My feelings toward ORMs are complicated. It feels like every framework, every project now uses ORMs. ORMs make traversals from one object through relationships (any of one-to-one, one-to-many, many-to-one, many-to-many) feel like a piece of cake. You barely even have to understand SQL! ... Or so you think. How are those objects and their relationships hydrated with data? Do you even know?
My first project ever was just raw SQL all over the place. My professor in college mandated it be that way. Her husband worked at Draft Kings, and she told us how they all wrote raw SQL even in production. I'm glad I started there. At the time, the act of typing so many column names and table names out (with no autocomplete) was frankly torture. I wasn't all that fast a typer yet, my SQL skills themselves were developing on the fly, and I had never even made an app before. Just figuring out how to get my JSP (Java Server Pages) completely unstyled, raw HTML application running on localhost caused me plenty of pain by itself.
Now while I felt really slowin terms of productivity and output. The entire journey through that project, I was absolutely aware of every single roundtrip to the database because I wrote every single statement from scratch. More on this later, but the SQL I wrote as a stupid newbie on a college project was objectively better than many "production-grade" projects I worked on later. I was a terrible programmer at the time, but I wrote something extremely fast because I wrote every interaction with my data store by hand.
I didn't know that of course at the time. I was haunted by the fact that I was absolutely certain that there were options out there...I'm not so sure I was right.
Between that experience and my first job, I dabbled with a little local postgres instances on my computer (I was obsessed with basketball stats at the time), but it was at my first job where we met "for real" again—with actual customers this time. The company was a small consulting firm for state DOTs (Departments of Transportation). We were not really a software company per se, but occasionally the company dabbled with it Wordpress sites or hire contractors to build different tools. They knew I had some (I was really a Math and Econ major) computer science background, so over time they gave me more and more software projects.
At my first adult job, my first voyage in app-making was to build essentially a survey/test-taking cool with a few graphs at the end. Transportation practitioners—as we called them—would login, create assessment(s), and answer series of questions about the state of their agencies. At the end, they'd get some summary facts and a little graph. Not knowing much about apps, I built the thing in flask and built every little thing from scratch. I wrote all my database interactions in raw sql.

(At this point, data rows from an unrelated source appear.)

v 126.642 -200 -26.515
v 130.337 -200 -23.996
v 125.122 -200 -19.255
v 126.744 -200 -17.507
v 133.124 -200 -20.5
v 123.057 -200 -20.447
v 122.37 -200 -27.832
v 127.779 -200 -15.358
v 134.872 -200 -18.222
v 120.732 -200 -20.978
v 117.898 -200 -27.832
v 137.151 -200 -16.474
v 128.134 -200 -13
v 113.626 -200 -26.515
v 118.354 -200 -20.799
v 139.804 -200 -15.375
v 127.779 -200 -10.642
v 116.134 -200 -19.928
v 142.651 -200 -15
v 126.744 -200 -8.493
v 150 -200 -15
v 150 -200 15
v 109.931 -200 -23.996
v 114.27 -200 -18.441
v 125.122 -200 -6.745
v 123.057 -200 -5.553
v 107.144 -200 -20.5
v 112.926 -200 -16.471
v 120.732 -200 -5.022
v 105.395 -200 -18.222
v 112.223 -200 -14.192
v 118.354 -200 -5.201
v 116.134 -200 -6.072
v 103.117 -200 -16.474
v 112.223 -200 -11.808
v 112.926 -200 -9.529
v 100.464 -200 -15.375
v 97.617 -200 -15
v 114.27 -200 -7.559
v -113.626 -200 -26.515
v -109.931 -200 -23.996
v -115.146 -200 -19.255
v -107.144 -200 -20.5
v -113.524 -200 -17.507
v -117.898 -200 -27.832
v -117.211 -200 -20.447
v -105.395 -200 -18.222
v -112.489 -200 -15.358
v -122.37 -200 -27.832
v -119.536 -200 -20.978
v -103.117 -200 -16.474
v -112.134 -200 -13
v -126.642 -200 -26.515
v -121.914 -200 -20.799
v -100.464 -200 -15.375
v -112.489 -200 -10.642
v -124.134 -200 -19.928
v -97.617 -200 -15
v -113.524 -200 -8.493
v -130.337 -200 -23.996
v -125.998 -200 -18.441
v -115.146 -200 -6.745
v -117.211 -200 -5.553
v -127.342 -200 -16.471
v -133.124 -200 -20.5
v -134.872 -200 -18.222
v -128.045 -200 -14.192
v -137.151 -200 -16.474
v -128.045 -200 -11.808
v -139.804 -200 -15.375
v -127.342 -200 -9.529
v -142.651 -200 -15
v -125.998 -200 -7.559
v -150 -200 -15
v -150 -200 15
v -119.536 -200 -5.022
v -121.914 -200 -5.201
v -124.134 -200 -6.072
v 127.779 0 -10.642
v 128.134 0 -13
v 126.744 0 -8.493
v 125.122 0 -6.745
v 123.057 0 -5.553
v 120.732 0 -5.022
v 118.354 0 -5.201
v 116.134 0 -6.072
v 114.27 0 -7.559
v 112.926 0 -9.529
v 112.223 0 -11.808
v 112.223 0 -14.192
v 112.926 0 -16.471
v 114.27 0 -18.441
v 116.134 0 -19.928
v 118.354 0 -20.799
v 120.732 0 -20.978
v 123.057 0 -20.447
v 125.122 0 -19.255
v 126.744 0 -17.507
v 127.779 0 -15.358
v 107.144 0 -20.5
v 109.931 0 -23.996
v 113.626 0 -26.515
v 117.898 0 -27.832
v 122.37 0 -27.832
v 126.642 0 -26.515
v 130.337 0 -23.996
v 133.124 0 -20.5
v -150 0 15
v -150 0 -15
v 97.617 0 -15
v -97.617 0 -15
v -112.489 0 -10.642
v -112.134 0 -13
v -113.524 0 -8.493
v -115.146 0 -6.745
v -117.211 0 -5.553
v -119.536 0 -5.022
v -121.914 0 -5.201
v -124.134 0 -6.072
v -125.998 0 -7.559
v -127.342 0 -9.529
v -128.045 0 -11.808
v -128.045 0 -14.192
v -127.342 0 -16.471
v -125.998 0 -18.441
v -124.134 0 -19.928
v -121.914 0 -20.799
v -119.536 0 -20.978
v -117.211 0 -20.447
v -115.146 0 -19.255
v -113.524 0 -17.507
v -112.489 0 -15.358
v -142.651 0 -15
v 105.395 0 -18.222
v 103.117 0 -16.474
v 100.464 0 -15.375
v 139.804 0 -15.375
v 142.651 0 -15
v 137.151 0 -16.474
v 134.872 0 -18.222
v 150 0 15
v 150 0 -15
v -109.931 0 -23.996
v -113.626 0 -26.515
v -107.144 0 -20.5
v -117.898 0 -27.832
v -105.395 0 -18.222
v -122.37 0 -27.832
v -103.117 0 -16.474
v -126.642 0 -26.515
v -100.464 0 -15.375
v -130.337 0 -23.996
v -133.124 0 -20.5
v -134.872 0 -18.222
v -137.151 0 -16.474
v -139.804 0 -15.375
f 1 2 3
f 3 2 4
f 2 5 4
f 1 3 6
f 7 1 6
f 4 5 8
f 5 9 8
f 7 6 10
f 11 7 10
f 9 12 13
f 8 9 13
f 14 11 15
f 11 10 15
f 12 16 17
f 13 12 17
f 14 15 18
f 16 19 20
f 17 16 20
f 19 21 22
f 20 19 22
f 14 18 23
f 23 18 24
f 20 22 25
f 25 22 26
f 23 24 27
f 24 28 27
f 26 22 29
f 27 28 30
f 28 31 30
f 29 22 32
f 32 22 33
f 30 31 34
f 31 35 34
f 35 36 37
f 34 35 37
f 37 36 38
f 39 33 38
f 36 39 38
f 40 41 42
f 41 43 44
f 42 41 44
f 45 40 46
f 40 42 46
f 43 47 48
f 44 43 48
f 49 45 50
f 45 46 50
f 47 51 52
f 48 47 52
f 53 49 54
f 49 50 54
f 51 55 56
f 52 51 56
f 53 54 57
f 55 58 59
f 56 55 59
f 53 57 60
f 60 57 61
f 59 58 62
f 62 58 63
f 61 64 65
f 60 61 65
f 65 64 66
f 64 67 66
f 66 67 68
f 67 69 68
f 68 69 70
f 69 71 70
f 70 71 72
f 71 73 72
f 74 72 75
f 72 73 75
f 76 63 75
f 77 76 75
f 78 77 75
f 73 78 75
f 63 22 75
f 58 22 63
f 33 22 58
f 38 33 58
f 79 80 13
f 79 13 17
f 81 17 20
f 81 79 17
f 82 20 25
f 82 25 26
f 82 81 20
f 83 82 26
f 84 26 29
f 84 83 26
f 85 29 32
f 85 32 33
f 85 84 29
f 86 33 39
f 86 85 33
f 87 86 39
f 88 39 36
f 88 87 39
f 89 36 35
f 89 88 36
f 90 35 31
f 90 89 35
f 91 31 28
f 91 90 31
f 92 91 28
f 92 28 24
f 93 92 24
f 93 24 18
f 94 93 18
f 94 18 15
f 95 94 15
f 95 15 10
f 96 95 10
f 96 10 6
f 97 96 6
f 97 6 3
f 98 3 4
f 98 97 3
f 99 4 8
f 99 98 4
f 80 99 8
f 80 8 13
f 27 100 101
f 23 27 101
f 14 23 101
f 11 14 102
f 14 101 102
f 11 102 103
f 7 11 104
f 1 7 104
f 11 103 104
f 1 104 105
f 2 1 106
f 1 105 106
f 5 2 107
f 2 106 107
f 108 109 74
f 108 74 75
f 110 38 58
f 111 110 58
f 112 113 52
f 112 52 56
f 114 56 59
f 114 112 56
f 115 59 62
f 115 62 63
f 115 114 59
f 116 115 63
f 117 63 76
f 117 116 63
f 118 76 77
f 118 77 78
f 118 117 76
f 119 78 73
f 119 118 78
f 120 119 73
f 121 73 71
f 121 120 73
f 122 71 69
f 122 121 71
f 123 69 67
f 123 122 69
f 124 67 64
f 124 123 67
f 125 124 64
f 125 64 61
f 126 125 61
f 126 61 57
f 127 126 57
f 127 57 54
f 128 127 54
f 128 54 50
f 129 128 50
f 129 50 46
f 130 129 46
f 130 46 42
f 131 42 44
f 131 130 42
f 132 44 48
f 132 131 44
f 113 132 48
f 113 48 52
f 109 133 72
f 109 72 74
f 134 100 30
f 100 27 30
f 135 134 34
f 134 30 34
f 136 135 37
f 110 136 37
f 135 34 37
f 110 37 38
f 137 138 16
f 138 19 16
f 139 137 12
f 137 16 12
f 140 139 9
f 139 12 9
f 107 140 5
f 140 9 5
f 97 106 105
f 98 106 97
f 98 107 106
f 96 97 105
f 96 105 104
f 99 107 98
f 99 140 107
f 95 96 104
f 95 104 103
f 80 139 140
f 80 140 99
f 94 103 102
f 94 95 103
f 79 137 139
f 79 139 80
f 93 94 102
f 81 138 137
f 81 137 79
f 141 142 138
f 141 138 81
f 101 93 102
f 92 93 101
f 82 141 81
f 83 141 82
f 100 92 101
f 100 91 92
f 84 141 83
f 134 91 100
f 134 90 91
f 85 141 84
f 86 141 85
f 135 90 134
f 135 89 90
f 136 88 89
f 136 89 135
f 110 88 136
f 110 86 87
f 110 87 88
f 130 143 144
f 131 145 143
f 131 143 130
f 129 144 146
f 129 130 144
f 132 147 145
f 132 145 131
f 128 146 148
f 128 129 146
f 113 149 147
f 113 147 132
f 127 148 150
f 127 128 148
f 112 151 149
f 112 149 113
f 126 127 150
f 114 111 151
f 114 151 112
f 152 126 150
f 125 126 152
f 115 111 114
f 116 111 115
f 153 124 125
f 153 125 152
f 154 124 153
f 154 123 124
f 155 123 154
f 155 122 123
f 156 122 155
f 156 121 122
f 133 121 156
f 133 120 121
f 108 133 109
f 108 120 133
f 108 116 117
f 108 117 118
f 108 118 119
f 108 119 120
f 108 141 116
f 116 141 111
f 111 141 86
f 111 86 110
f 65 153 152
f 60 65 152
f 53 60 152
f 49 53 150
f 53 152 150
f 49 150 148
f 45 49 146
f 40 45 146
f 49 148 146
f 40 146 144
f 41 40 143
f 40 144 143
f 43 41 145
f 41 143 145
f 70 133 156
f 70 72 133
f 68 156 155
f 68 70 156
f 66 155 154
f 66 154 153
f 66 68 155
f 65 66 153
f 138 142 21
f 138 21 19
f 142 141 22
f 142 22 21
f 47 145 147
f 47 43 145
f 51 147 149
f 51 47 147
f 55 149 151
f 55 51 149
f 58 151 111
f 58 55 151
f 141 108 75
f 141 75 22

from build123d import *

# Parameters (mm, degrees)
SKETCH_R  = 8
PAD_DEPTH = 200
FILLET_R  = 11


with BuildPart() as part:
    # Sketch → Pad (new body)
    with BuildSketch(Plane.XZ):
        with BuildLine():
            Line((-150, 15), (150, 15))
            Line((150, 15), (150, -15))
            Line((150, -15), (135, -15))
            ThreePointArc((105.267863, -15), (120.133931, -28), (135, -15))
            Line((105.267863, -15), (-105.267863, -15))
            ThreePointArc((-135, -15), (-120.133931, -28), (-105.267863, -15))
            Line((-135, -15), (-150, -15))
            Line((-150, -15), (-150, 15))
        make_face()
        with Locations((-120.133931, -13)):
            Circle(SKETCH_R, mode=Mode.SUBTRACT)
        with Locations((120.133931, -13)):
            Circle(SKETCH_R, mode=Mode.SUBTRACT)
    extrude(amount=PAD_DEPTH)

    # Fillet
    fillet_edges = [part.edges().sort_by_distance(p)[0] for p in [
        (-135, -100, -15),
        (-105.267863, -100, -15),
        (105.267863, -100, -15),
        (135, -100, -15),
    ]]
    fillet(fillet_edges, radius=FILLET_R)


solid = part.part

This is an aside, but I also pretty much stuck just to functions in python-land. I didn't understand why classes and methods seemed to be everywhere—more on that in another article I'm sure. Classes were literally only used if a 3rd party required their usage. Eventually, I have to say that I made a half-decent product (it did definitely take a while though and it stylistically looked like crap), but it totally worked smooth like butter - and still does today.
At that point, they said can you do it again? And can you make it more reusable for future surveys/assessments. I said I'd try. I thought this time around, a framework might be the move. Maybe it'll teach me things. I read "Two Scoops of Django" (a great book by the way) as I got to work. This whole ORM thing was kinda nice, but why in the world were some of my pages so slow.
I hit the N+1 problem so easily with my little toy app. See, this time around, they wanted to enable group assessments. Admin could make group assessments, send invites to others, let them take assessments, track their progress, fire off a unified final "consensus" assessment, export their results, clone their assessment for next year, and every assessment had two distinct assessment phases ... I was not good at saying no. But in building this data model, there were several places where I needed the parent assessment's children assessments' questions, their answers, their comments, and rollup percents of their progress across both phases. Django tries to hide your tablenames, I think generally the community will tell you: don't write raw sql in your Django apps. Plus I had so much to do. I was trying to write it *fast*. Well, this project didn't go nearly as well - mostly because of the product requirements for a still quite green "software engineer" (at the time I didn't feel equipped to even call myself that), but my lack of ability to make the calls to the DB when-I-wanted, how-I-wanted really destroyed my ability to make this project reliable or performant. I'm not sure I was well-versed enough in SQL at the time anyways to write elegant/performant SQL for some of these things, but I'm convinced now the plain SQL approach would have better end product for me - at least at the time.
During the project, I at least learned about select_related and prefetch_related and. I also wasted a ton of time making my app template generic. There was more more iteration upon this app: another similar assessment-like tool with which I decided to give React a go as well (somebody really should have told me about Ruby on Rails or Elixir at this point). Oh, what a time it was—coding alone with no mentorship, pieced together solely by my own intuition and random stackoverflow forums.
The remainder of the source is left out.